Donald Trump once famously posed for the front cover of Playboy. But this week, he became the first Presidential candidate in history to sign a pledge agreeing to enforce anti-pornography laws once in the Oval Office.

The pledge, created by anti-Internet porn group Enough is Enough, asks candidates to vow to resurrect long-dormant anti-obscenity laws to effectively remove adult entertainment sites from the web in the interest of protecting children from “Internet crimes.”

According to Enough is Enough’s President Donna Rice Huges, porn is a “public health crisis” that should be regulated regardless of the constitutionality of anti-obscenity laws. “Over the last two decades America’s children have paid an unnecessarily steep price for the lax enforcement of federal obscenity laws,” Hughes said in a statement. “Obscenity is not protected under the First Amendment, and the failure to enforce the law is harming children across the nation and around the world.”

She’s not quite right. While obscenity isn’t protected, the Supreme Court has struggled with whether pornography is, itself, obscene. What constitutes obscenity is based on what the court calls a “community standard,” so it changes from environment to environment. So far, the Court has declined to apply strict community standards to adult content on the Internet, preferring to err on the side of free speech.

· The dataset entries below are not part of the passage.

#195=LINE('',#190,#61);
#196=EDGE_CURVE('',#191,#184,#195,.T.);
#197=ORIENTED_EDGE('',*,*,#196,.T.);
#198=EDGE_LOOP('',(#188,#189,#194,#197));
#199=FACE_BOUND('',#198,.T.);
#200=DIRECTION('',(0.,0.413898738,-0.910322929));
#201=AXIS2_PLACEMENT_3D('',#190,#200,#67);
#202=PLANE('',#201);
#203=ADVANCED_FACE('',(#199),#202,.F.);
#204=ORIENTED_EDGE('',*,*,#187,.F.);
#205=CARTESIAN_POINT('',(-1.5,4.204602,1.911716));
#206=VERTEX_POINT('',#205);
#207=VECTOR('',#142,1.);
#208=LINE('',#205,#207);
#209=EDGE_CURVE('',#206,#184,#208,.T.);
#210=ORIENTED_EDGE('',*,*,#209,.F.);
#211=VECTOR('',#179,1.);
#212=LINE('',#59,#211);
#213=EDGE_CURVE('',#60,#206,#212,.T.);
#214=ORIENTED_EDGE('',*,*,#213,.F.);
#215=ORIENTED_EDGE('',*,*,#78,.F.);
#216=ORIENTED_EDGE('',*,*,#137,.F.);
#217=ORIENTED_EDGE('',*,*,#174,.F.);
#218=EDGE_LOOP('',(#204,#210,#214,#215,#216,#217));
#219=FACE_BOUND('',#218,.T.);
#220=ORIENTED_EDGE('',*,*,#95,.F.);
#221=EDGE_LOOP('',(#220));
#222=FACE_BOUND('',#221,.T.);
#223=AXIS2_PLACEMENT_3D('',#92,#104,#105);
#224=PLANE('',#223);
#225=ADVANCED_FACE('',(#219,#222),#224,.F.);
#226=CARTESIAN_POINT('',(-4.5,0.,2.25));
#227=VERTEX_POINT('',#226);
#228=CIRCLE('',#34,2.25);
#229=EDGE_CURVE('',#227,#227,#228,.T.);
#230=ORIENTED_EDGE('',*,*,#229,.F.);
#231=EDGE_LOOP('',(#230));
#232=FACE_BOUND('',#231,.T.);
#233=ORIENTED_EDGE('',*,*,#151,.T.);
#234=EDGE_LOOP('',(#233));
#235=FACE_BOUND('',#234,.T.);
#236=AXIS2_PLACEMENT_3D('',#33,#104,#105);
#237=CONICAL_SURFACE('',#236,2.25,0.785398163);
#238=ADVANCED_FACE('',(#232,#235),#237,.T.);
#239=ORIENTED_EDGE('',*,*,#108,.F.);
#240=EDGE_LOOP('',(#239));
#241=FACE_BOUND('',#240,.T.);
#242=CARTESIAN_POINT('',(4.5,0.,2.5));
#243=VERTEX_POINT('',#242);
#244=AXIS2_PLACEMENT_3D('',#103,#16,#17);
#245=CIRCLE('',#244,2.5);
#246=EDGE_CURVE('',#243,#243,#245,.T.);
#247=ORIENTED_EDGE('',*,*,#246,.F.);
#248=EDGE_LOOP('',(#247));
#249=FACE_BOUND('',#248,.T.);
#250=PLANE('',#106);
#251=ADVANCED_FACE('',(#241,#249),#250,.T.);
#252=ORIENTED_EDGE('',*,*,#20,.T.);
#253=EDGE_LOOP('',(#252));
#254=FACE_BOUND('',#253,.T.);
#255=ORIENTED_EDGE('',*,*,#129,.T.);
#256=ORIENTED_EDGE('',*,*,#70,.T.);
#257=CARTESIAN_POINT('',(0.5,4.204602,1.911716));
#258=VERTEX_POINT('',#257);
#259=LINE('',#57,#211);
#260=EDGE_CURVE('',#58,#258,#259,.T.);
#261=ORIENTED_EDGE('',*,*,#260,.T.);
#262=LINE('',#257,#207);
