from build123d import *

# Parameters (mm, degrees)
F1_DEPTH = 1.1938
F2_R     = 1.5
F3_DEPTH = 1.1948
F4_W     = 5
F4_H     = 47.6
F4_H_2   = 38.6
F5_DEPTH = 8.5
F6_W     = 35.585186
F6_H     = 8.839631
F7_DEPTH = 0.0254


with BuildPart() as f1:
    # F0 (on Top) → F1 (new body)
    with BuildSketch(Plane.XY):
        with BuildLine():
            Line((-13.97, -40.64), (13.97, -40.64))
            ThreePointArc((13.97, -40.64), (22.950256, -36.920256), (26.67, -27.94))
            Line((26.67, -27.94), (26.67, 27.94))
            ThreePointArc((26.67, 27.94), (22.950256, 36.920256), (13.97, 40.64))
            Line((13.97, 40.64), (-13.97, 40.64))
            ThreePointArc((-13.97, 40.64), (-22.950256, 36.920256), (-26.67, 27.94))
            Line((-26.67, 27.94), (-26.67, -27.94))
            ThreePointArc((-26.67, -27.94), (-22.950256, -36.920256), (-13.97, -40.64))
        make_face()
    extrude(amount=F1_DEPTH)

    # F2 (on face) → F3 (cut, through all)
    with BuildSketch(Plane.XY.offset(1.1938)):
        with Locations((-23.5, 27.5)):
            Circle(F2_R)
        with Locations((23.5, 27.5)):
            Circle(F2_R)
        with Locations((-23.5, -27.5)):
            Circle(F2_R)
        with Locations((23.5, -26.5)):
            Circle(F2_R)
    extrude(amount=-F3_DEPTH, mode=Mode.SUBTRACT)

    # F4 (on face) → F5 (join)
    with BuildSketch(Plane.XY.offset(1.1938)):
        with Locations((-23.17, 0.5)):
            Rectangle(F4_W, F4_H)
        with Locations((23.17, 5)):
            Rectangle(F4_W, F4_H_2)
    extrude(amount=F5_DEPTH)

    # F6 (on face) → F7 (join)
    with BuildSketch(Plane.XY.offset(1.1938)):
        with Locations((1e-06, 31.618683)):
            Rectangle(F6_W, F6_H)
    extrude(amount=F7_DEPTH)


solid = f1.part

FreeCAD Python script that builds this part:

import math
import FreeCAD as App
import Part
import Sketcher

V = App.Vector
Q = App.Units.Quantity

doc = App.newDocument("Part")
body = doc.addObject("PartDesign::Body", "Body")

# Sketch on XY plane
sketch1 = body.newObject("Sketcher::SketchObject", "Sketch")
sketch1.AttachmentSupport = (doc.getObject("XY_Plane"), [""])
sketch1.MapMode = "FlatFace"
sketch1.addGeometry([
    Part.LineSegment(V(-13.97, -40.64, 0), V(13.97, -40.64, 0)),  # 0
    Part.ArcOfCircle(Part.Circle(V(13.97, -27.94, 0), V(0, 0, 1), 12.7), math.radians(-89.999998), math.radians(-0.000002)),  # 1
    Part.LineSegment(V(26.67, -27.94, 0), V(26.67, 27.94, 0)),  # 2
    Part.ArcOfCircle(Part.Circle(V(13.97, 27.94, 0), V(0, 0, 1), 12.7), math.radians(0.000002), math.radians(89.999998)),  # 3
    Part.LineSegment(V(13.97, 40.64, 0), V(-13.97, 40.64, 0)),  # 4
    Part.ArcOfCircle(Part.Circle(V(-13.97, 27.94, 0), V(0, 0, 1), 12.7), math.radians(90.000002), math.radians(179.999998)),  # 5
    Part.LineSegment(V(-26.67, 27.94, 0), V(-26.67, -27.94, 0)),  # 6
    Part.ArcOfCircle(Part.Circle(V(-13.97, -27.94, 0), V(0, 0, 1), 12.7), math.radians(-179.999998), math.radians(-90.000002)),  # 7
], False)
sketch1.addConstraint([
    Sketcher.Constraint("Tangent", 0, 2, 1, 1),
    Sketcher.Constraint("Tangent", 1, 2, 2, 1),
    Sketcher.Constraint("Tangent", 2, 2, 3, 1),
    Sketcher.Constraint("Tangent", 3, 2, 4, 1),
    Sketcher.Constraint("Tangent", 4, 2, 5, 1),
    Sketcher.Constraint("Tangent", 5, 2, 6, 1),
    Sketcher.Constraint("Tangent", 6, 2, 7, 1),
    Sketcher.Constraint("Tangent", 7, 2, 0, 1),
    Sketcher.Constraint("Horizontal", 0),
    Sketcher.Constraint("Vertical", 2),
    Sketcher.Constraint("Horizontal", 4),
    Sketcher.Constraint("Vertical", 6),
    Sketcher.Constraint("Equal", 1, 3),
    Sketcher.Constraint("Equal", 3, 5),
    Sketcher.Constraint("Equal", 5, 7),
    Sketcher.Constraint("Symmetric", 1, 3, 5, 3, -1, 1),
    Sketcher.Constraint("Radius", 1, Q("12.7 mm")),
    Sketcher.Constraint("DistanceX", 0, 1, 0, 2, Q("27.94 mm")),
    Sketcher.Constraint("DistanceY", 2, 1, 2, 2, Q("55.88 mm")),
])
pad1 = body.newObject("PartDesign::Pad", "Pad")
pad1.Profile = sketch1
pad1.Length = 1.1938

# Sketch on XY plane
sketch2 = body.newObject("Sketcher::SketchObject", "Sketch001")
sketch2.AttachmentSupport = (doc.getObject("XY_Plane"), [""])
sketch2.MapMode = "FlatFace"
sketch2.AttachmentOffset = App.Placement(V(0, 0, 1.1938), App.Rotation())
sketch2.addGeometry([
    Part.Circle(V(-23.5, 27.5, 0), V(0, 0, 1), 1.5),
    Part.Circle(V(23.5, 27.5, 0), V(0, 0, 1), 1.5),
    Part.Circle(V(-23.5, -27.5, 0), V(0, 0, 1), 1.5),
    Part.Circle(V(23.5, -26.5, 0), V(0, 0, 1), 1.5),
], False)
sketch2.addConstraint([
    Sketcher.Constraint("Equal", 0, 1),
    Sketcher.Constraint("Equal", 1, 2),
    Sketcher.Constraint("Equal", 2, 3),
    Sketcher.Constraint("Symmetric", 1, 3, 2, 3, -1, 1),
    Sketcher.Constraint("Symmetric", 0, 3, 1, 3, -2),
    Sketcher.Constraint("Vertical", 1, 3, 3, 3),
    Sketcher.Constraint("Diameter", 0, Q("3 mm")),
    Sketcher.Constraint("DistanceX", 0, 3, 1, 3, Q("47 mm")),
    Sketcher.Constraint("DistanceY", 2, 3, 0, 3, Q("55 mm")),
    Sketcher.Constraint("DistanceY", 2, 3, 3, 3, Q("1 mm")),
])
pocket1 = body.newObject("PartDesign::Pocket", "Pocket")
pocket1.Profile = sketch2
pocket1.Type = "ThroughAll"

# Sketch on XY plane
sketch3 = body.newObject("Sketcher::SketchObject", "Sketch002")
sketch3.AttachmentSupport = (doc.getObject("XY_Plane"), [""])
sketch3.MapMode = "FlatFace"
sketch3.AttachmentOffset = App.Placement(V(0, 0, 1.1938), App.Rotation())
sketch3.addGeometry([
    Part.LineSegment(V(-25.67, 24.3, 0), V(-25.67, -23.3, 0)),  # 0
    Part.LineSegment(V(-25.67, -23.3, 0), V(-20.67, -23.3, 0)),  # 1
    Part.LineSegment(V(-20.67, -23.3, 0), V(-20.67, 24.3, 0)),  # 2
    Part.LineSegment(V(-20.67, 24.3, 0), V(-25.67, 24.3, 0)),  # 3
    Part.LineSegment(V(20.67, 24.3, 0), V(20.67, -14.3, 0)),  # 4
    Part.LineSegment(V(20.67, -14.3, 0), V(25.67, -14.3, 0)),  # 5
    Part.LineSegment(V(25.67, -14.3, 0), V(25.67, 24.3, 0)),  # 6
    Part.LineSegment(V(25.67, 24.3, 0), V(20.67, 24.3, 0)),  # 7
], False)
sketch3.addConstraint([
    Sketcher.Constraint("Coincident", 0, 2, 1, 1),
    Sketcher.Constraint("Coincident", 1, 2, 2, 1),
    Sketcher.Constraint("Coincident", 2, 2, 3, 1),
    Sketcher.Constraint("Coincident", 3, 2, 0, 1),
    Sketcher.Constraint("Coincident", 4, 2, 5, 1),
    Sketcher.Constraint("Coincident", 5, 2, 6, 1),
    Sketcher.Constraint("Coincident", 6, 2, 7, 1),
    Sketcher.Constraint("Coincident", 7, 2, 4, 1),
    Sketcher.Constraint("Vertical", 0),
    Sketcher.Constraint("Horizontal", 1),
    Sketcher.Constraint("Vertical", 2),
    Sketcher.Constraint("Horizontal", 3),
    Sketcher.Constraint("Vertical", 4),
    Sketcher.Constraint("Horizontal", 5),
    Sketcher.Constraint("Vertical", 6),
    Sketcher.Constraint("Horizontal", 7),
    Sketcher.Constraint("Symmetric", 3, 2, 6, 2, -2),
    Sketcher.Constraint("Equal", 3, 5),
    Sketcher.Constraint("DistanceX", 1, 1, 1, 2, Q("5 mm")),
    Sketcher.Constraint("DistanceY", 0, 2, 0, 1, Q("47.6 mm")),
    Sketcher.Constraint("DistanceY", 4, 2, 4, 1, Q("38.6 mm")),
    Sketcher.Constraint("DistanceY", 0, 2, -1, 1, Q("23.3 mm")),
    Sketcher.Constraint("DistanceX", 0, 2, -1, 1, Q("25.67 mm")),
])
pad2 = body.newObject("PartDesign::Pad", "Pad001")
pad2.Profile = sketch3
pad2.Length = 8.5

# Sketch on XY plane
sketch4 = body.newObject("Sketcher::SketchObject", "Sketch003")
sketch4.AttachmentSupport = (doc.getObject("XY_Plane"), [""])
sketch4.MapMode = "FlatFace"
sketch4.AttachmentOffset = App.Placement(V(0, 0, 1.1938), App.Rotation())
sketch4.addGeometry([
    Part.LineSegment(V(-17.792592, 36.038499, 0), V(-17.792592, 27.198867, 0)),
    Part.LineSegment(V(-17.792592, 27.198867, 0), V(17.792594, 27.198867, 0)),
    Part.LineSegment(V(17.792594, 27.198867, 0), V(17.792594, 36.038499, 0)),
    Part.LineSegment(V(17.792594, 36.038499, 0), V(-17.792592, 36.038499, 0)),
], False)
sketch4.addConstraint([
    Sketcher.Constraint("Coincident", 0, 2, 1, 1),
    Sketcher.Constraint("Coincident", 1, 2, 2, 1),
    Sketcher.Constraint("Coincident", 2, 2, 3, 1),
    Sketcher.Constraint("Coincident", 3, 2, 0, 1),
    Sketcher.Constraint("Vertical", 0),
    Sketcher.Constraint("Horizontal", 1),
    Sketcher.Constraint("Vertical", 2),
    Sketcher.Constraint("Horizontal", 3),
    Sketcher.Constraint("DistanceY", 0, 2, 0, 1, Q("8.839631 mm")),
    Sketcher.Constraint("DistanceY", -1, 1, 2, 2, Q("36.038499 mm")),
    Sketcher.Constraint("DistanceX", 1, 1, 1, 2, Q("35.585186 mm")),
    Sketcher.Constraint("DistanceX", 0, 2, -1, 1, Q("17.792592 mm")),
])
pad3 = body.newObject("PartDesign::Pad", "Pad002")
pad3.Profile = sketch4
pad3.Length = 0.0254

doc.recompute()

Trump doesn’t seem to let the edicts of the Constitution dictate the boundaries of his domestic policy. But questions remain as to why a man who has no qualms about displaying his Playboy cover proudly in his New York office, keeps bikini photos of his ex-wife on his desk, and even approved of his wife’s racy photo shoot, would sign his name to a pledge effectively banning all adult entertainment (potentially including his wife’s smoking-hot snaps.)

The answer may be that he needs Utah more than he’s letting on.

Utah is “ground zero” for the anti-porn movement. Utah legislators have pushed for tough anti-porn regulations in both the Utah state legislature and in Congress, using the same rationale as the Enough is Enough pledge: that pornography is a “public health crisis.” Enough is Enough recently applauded Utah legislators’ efforts at taking on adult content.

And for the first time in decades, Utah is a swing state. Utahans are notably skeptical of Trump. They’re turned off by his personal history and his “brash” style, which they say conflicts with Utah’s deep Mormon roots. As a result, Trump came in third in Utah’s primary—and Utah’s support is now evenly split between Trump and Hillary Clinton, with Libertarian candidate Gary Johnson only a few points behind the leaders.

Trump, however, needs Utah not just to win but to maintain the slate of states Mitt Romney won in 2012. Without Utah, Trump’s chances at locking away the Presidency are in serious jeopardy. And so, drastic measures—like an anti-porn pledge—need to be taken.